John Vibes, Truth Theory
Waking Times

Last month, when over a billion dollars was donated for the restoration of the Notre Dame Cathedral, many people were asking why such large sums of money aren’t available for more pressing issues like homelessness or the environment. It is certainly rare for such a large contribution to go towards something that actually helps the planet, but it does happen every now and then.

Back in October, Billionaire philanthropist Hansjörg Wyss, CEO of the Wyss Foundation, pledged to donate a billion dollars towards environmental conservation efforts over the next ten years.

In an article for the New York Times, Wyss announced an incredible plan to buy large plots of land all over the world and turn them into parks that will be open to the public.

“It is the idea that wild lands and waters are best conserved not in private hands, locked behind gates, but as public national parks, wildlife refuges and marine reserves, forever open for everyone to experience and explore. The notion of holding these places in public trust was one I became deeply influenced by as a young man, when I first climbed and hiked on public lands in Colorado’s Rocky Mountains,” Wyss said.

“Every one of us – citizens, philanthropists, business and government leaders – should be troubled by the enormous gap between how little of our natural world is currently protected and how much should be protected. It is a gap that we must urgently narrow, before our human footprint consumes the earth’s remaining wild places,” he added.

Wyss hopes that his contribution will be able to protect 30% of the planet by the year 2030.

According to Business Insider Wyss has already donated more than $66 million to at least nine different organizations in the two months after making his pledge.

Some of those donations included $750,000 to help the Dehcho First Nations in Canada create a management program for the Edéhzhíe National Wildlife Area in the Northwest Territories, which is part of a 3.5 million acre wetlands ecosystem and home to many animals. The foundation is also making a $5.8 million donation to Aves Argentinas, the oldest conservation group in Argentina. This donation will help create a 1.5 million acre national park. Wyss is also donating $22 million to Fundación Flora y Fauna, to establish a 178,000 acre national park in Argentina’s Tucumán Province.

Hansjörg Wyss may not be a household name, even for conservationists, but he has been silently donating his millions to the environment for the past twenty years. In fact, Wyss has given over $450 million to similar efforts prior to his recent pledge.

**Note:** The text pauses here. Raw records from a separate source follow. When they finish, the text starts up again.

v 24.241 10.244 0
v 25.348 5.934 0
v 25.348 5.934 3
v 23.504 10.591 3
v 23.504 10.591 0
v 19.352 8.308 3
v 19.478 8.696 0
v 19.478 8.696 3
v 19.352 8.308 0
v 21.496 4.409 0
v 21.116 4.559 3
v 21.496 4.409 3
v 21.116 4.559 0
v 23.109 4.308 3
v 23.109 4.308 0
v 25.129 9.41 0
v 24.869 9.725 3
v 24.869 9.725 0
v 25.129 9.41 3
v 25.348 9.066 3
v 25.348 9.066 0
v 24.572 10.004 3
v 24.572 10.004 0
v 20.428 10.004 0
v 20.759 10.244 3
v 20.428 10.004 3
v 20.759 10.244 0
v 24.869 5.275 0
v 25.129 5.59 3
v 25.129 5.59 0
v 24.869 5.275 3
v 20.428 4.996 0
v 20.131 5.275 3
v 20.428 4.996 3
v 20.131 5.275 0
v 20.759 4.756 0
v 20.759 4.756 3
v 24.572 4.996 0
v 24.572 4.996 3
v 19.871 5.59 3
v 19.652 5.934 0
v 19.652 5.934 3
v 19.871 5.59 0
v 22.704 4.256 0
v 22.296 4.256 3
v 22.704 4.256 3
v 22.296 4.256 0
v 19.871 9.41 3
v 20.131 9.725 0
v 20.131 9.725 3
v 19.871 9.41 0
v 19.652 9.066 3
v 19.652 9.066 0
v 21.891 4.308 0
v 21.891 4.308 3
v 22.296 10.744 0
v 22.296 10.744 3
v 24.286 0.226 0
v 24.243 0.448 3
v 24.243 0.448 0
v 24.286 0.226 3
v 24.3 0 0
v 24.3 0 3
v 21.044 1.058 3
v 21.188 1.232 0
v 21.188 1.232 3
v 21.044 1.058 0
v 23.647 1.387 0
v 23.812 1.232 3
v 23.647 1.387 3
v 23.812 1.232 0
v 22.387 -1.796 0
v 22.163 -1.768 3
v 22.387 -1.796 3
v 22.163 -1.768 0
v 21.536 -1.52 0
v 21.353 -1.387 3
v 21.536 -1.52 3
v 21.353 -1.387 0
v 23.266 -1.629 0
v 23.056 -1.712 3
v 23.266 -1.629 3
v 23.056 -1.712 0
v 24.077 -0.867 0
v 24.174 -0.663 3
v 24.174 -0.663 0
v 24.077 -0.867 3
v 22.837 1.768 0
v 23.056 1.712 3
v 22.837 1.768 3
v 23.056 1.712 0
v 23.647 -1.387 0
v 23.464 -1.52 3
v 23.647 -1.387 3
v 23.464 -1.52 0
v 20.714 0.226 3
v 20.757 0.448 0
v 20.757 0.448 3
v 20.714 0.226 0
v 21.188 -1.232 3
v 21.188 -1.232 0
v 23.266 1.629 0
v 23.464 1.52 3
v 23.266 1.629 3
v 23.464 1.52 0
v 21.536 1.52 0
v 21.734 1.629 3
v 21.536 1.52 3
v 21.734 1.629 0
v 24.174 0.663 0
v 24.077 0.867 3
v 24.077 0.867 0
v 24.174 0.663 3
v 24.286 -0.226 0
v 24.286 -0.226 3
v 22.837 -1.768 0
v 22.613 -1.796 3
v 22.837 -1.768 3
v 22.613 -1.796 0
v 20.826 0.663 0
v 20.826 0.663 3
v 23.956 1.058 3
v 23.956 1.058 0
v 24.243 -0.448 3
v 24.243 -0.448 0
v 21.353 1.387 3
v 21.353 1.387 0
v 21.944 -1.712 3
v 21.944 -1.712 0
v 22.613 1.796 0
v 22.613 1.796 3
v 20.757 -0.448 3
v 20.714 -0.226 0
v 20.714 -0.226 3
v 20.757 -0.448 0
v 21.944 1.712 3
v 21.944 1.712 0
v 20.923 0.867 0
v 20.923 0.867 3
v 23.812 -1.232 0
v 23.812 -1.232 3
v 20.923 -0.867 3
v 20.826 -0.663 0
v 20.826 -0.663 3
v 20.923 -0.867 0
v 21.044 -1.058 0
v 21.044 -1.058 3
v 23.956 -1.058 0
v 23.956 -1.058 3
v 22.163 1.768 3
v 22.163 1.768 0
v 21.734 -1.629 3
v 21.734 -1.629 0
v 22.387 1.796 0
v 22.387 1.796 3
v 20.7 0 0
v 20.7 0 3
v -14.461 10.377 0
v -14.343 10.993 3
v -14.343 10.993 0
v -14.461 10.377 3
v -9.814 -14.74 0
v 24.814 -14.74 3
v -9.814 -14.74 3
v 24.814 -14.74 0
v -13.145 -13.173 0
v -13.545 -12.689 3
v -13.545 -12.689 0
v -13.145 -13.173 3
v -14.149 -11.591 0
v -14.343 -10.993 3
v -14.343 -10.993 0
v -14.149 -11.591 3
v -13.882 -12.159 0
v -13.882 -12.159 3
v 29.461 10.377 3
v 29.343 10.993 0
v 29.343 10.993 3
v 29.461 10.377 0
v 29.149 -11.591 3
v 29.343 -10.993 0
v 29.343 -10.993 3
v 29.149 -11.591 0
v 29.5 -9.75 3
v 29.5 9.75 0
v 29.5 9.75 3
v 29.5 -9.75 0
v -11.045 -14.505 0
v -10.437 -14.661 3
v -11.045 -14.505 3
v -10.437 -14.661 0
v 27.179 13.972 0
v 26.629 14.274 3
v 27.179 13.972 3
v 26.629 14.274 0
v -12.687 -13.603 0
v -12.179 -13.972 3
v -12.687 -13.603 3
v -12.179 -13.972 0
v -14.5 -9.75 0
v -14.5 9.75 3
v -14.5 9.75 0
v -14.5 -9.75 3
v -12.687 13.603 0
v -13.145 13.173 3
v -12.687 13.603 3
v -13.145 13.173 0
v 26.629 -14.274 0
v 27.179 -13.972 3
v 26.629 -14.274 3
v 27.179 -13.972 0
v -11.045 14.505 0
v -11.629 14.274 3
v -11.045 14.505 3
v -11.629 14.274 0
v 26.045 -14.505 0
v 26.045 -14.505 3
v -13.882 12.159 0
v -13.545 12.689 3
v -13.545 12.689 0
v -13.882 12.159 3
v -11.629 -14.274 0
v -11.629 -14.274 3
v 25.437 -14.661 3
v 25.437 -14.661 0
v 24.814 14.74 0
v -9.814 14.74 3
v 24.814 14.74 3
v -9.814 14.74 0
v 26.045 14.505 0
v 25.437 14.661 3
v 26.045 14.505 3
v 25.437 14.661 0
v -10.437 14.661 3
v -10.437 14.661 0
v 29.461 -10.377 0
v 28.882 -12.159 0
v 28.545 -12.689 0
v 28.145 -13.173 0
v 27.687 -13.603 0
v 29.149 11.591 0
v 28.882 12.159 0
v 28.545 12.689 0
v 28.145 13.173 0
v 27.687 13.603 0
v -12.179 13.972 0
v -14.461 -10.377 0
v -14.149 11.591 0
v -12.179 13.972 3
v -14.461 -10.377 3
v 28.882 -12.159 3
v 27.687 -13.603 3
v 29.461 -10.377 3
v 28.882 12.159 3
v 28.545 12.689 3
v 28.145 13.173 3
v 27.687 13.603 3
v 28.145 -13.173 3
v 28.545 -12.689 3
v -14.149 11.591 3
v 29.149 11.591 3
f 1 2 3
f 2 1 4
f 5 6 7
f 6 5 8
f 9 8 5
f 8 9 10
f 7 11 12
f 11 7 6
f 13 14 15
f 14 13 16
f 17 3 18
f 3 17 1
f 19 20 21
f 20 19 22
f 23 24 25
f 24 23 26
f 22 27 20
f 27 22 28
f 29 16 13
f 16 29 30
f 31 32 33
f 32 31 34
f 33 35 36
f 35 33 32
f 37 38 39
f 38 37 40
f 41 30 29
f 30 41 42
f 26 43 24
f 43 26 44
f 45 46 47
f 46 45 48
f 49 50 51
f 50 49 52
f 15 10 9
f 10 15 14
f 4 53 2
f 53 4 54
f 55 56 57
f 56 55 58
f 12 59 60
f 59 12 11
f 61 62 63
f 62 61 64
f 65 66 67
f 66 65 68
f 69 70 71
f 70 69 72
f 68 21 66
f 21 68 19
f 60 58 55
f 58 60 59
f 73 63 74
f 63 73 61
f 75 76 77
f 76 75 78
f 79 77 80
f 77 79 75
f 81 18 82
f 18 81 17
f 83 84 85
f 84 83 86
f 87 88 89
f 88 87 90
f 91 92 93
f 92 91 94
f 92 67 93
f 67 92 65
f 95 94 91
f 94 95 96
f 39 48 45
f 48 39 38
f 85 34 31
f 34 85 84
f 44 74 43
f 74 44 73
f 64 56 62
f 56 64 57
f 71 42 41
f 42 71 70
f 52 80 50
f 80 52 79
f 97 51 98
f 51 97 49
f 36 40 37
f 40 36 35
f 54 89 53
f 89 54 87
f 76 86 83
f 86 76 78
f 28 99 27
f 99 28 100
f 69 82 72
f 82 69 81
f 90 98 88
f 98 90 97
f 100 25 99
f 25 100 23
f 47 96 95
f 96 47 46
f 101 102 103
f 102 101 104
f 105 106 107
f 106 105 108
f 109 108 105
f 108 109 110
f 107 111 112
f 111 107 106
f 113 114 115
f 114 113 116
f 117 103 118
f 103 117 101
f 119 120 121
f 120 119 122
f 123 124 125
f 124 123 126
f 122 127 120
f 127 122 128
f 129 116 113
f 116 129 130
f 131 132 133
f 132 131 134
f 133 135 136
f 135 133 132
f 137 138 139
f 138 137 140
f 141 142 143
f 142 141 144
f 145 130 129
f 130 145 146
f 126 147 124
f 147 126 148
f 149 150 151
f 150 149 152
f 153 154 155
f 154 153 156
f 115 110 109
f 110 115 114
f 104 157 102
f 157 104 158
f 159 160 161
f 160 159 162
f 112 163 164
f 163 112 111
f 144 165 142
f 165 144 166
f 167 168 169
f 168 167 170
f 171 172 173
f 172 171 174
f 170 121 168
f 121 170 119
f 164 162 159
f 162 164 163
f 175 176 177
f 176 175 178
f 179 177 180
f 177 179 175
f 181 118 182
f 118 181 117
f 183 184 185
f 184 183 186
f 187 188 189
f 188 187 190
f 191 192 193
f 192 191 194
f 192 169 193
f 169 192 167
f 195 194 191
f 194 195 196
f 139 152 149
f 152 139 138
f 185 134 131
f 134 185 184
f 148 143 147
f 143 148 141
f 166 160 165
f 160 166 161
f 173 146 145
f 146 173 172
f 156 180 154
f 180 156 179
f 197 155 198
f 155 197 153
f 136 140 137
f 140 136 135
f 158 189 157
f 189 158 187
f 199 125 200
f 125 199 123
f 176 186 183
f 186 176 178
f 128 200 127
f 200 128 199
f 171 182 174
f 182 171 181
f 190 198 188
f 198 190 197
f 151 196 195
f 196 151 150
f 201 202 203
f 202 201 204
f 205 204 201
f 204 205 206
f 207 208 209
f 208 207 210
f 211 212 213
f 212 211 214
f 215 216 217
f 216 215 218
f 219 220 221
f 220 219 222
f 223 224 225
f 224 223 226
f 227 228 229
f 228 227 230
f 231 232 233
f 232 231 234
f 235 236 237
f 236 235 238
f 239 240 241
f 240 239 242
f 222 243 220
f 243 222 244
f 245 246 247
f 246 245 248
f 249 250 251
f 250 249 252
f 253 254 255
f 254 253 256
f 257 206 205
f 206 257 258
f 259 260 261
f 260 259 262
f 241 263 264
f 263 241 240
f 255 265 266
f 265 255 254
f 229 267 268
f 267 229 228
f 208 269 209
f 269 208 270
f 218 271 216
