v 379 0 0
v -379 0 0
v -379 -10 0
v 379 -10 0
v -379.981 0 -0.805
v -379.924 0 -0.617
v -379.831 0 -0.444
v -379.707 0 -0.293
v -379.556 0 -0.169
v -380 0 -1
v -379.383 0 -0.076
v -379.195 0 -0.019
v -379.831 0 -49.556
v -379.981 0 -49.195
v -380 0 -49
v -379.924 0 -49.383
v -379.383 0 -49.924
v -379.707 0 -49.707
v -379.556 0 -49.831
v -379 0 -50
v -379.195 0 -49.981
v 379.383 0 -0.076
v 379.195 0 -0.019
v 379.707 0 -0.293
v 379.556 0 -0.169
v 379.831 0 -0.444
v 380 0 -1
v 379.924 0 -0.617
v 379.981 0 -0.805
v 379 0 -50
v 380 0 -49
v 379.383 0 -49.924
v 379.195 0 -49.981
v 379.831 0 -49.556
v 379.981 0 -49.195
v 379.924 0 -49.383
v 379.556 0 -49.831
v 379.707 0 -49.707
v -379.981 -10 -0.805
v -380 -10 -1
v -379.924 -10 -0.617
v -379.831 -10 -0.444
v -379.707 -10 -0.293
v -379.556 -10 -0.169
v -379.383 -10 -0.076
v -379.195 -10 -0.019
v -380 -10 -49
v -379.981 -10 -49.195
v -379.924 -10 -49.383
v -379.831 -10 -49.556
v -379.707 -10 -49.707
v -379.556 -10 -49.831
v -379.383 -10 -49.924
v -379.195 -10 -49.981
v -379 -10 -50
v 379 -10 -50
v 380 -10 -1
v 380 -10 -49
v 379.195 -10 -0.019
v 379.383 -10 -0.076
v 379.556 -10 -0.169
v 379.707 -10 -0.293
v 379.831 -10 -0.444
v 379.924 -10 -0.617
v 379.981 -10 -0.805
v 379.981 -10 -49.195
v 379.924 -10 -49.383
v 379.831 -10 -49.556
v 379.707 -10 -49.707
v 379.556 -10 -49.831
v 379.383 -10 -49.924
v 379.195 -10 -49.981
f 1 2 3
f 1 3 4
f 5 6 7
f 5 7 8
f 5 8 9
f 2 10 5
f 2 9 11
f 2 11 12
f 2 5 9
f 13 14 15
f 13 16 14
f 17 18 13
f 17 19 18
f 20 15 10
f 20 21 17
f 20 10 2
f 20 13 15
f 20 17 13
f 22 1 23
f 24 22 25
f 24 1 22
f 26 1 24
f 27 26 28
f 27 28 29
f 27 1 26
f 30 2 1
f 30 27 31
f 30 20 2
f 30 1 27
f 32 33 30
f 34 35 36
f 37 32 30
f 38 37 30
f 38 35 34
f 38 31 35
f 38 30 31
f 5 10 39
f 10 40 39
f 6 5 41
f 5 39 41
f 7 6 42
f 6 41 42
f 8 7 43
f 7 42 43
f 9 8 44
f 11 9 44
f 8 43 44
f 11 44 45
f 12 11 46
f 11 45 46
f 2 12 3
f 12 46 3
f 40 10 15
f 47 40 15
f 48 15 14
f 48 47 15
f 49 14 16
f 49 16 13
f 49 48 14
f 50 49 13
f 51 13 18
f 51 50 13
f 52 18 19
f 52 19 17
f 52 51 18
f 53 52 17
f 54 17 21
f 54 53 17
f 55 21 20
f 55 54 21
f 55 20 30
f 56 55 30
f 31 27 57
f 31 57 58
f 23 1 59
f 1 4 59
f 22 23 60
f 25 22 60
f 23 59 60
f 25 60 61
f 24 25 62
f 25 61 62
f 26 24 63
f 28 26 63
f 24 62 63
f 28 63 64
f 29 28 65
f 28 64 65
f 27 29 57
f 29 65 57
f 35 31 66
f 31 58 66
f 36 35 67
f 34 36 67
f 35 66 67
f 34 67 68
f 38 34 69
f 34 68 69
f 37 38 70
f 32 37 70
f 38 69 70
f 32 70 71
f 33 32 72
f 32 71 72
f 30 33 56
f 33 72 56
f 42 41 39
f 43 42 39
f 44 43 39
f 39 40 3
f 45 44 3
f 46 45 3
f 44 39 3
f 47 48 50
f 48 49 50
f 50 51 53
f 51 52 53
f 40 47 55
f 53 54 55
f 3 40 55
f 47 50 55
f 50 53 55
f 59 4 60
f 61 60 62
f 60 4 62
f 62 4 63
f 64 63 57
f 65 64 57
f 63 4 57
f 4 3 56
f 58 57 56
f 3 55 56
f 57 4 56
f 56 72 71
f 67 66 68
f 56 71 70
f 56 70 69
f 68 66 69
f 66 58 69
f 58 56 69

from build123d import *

# Parameters (mm, degrees)
SKETCH1_W          = 760
SKETCH1_H          = 50
BASE_FLANGE1_DEPTH = 10
FILLET_1_0_R       = 1


# Sheet-metal steps are written as plain solids
with BuildPart() as part:
    # Sketch1 → Base-Flange1 (new body)
    with BuildSketch(Plane(origin=(0, 0, 0), x_dir=(1, 0, 0), z_dir=(0, 1, 0))):
        with Locations((0, 25)):
            Rectangle(SKETCH1_W, SKETCH1_H)
    extrude(amount=-BASE_FLANGE1_DEPTH)

    # Fillet-1.0
    fillet_1_0_edges = [part.edges().sort_by_distance(p)[0] for p in [
        (-380, -5, -50),
        (380, -5, -50),
        (380, -5, 0),
        (-380, -5, 0),
    ]]
    fillet(fillet_1_0_edges, radius=FILLET_1_0_R)


solid = part.part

In his Op-Ed for the Times, Wyss said shared his optimism for the future.

“This money will support locally led conservation efforts around the world, push for increased global targets for land and ocean protection, seek to raise public awareness about the importance of this effort, and fund scientific studies to identify the best strategies to reach our target. I believe this ambitious goal is achievable because I’ve seen what can be accomplished. Indigenous peoples, local leaders and conservation groups around the world are already busy setting aside protected areas that reflect the conservation, economic and cultural values of nearby communities,” Wyss said.

“I’ve seen this unfold firsthand. Over the past two decades, my foundation has supported local efforts to protect wild places in Africa, South America, Europe, Canada, Mexico, and the United States, donating more than $450 million to help our partners conserve nearly 40 million acres of land and water,” he added.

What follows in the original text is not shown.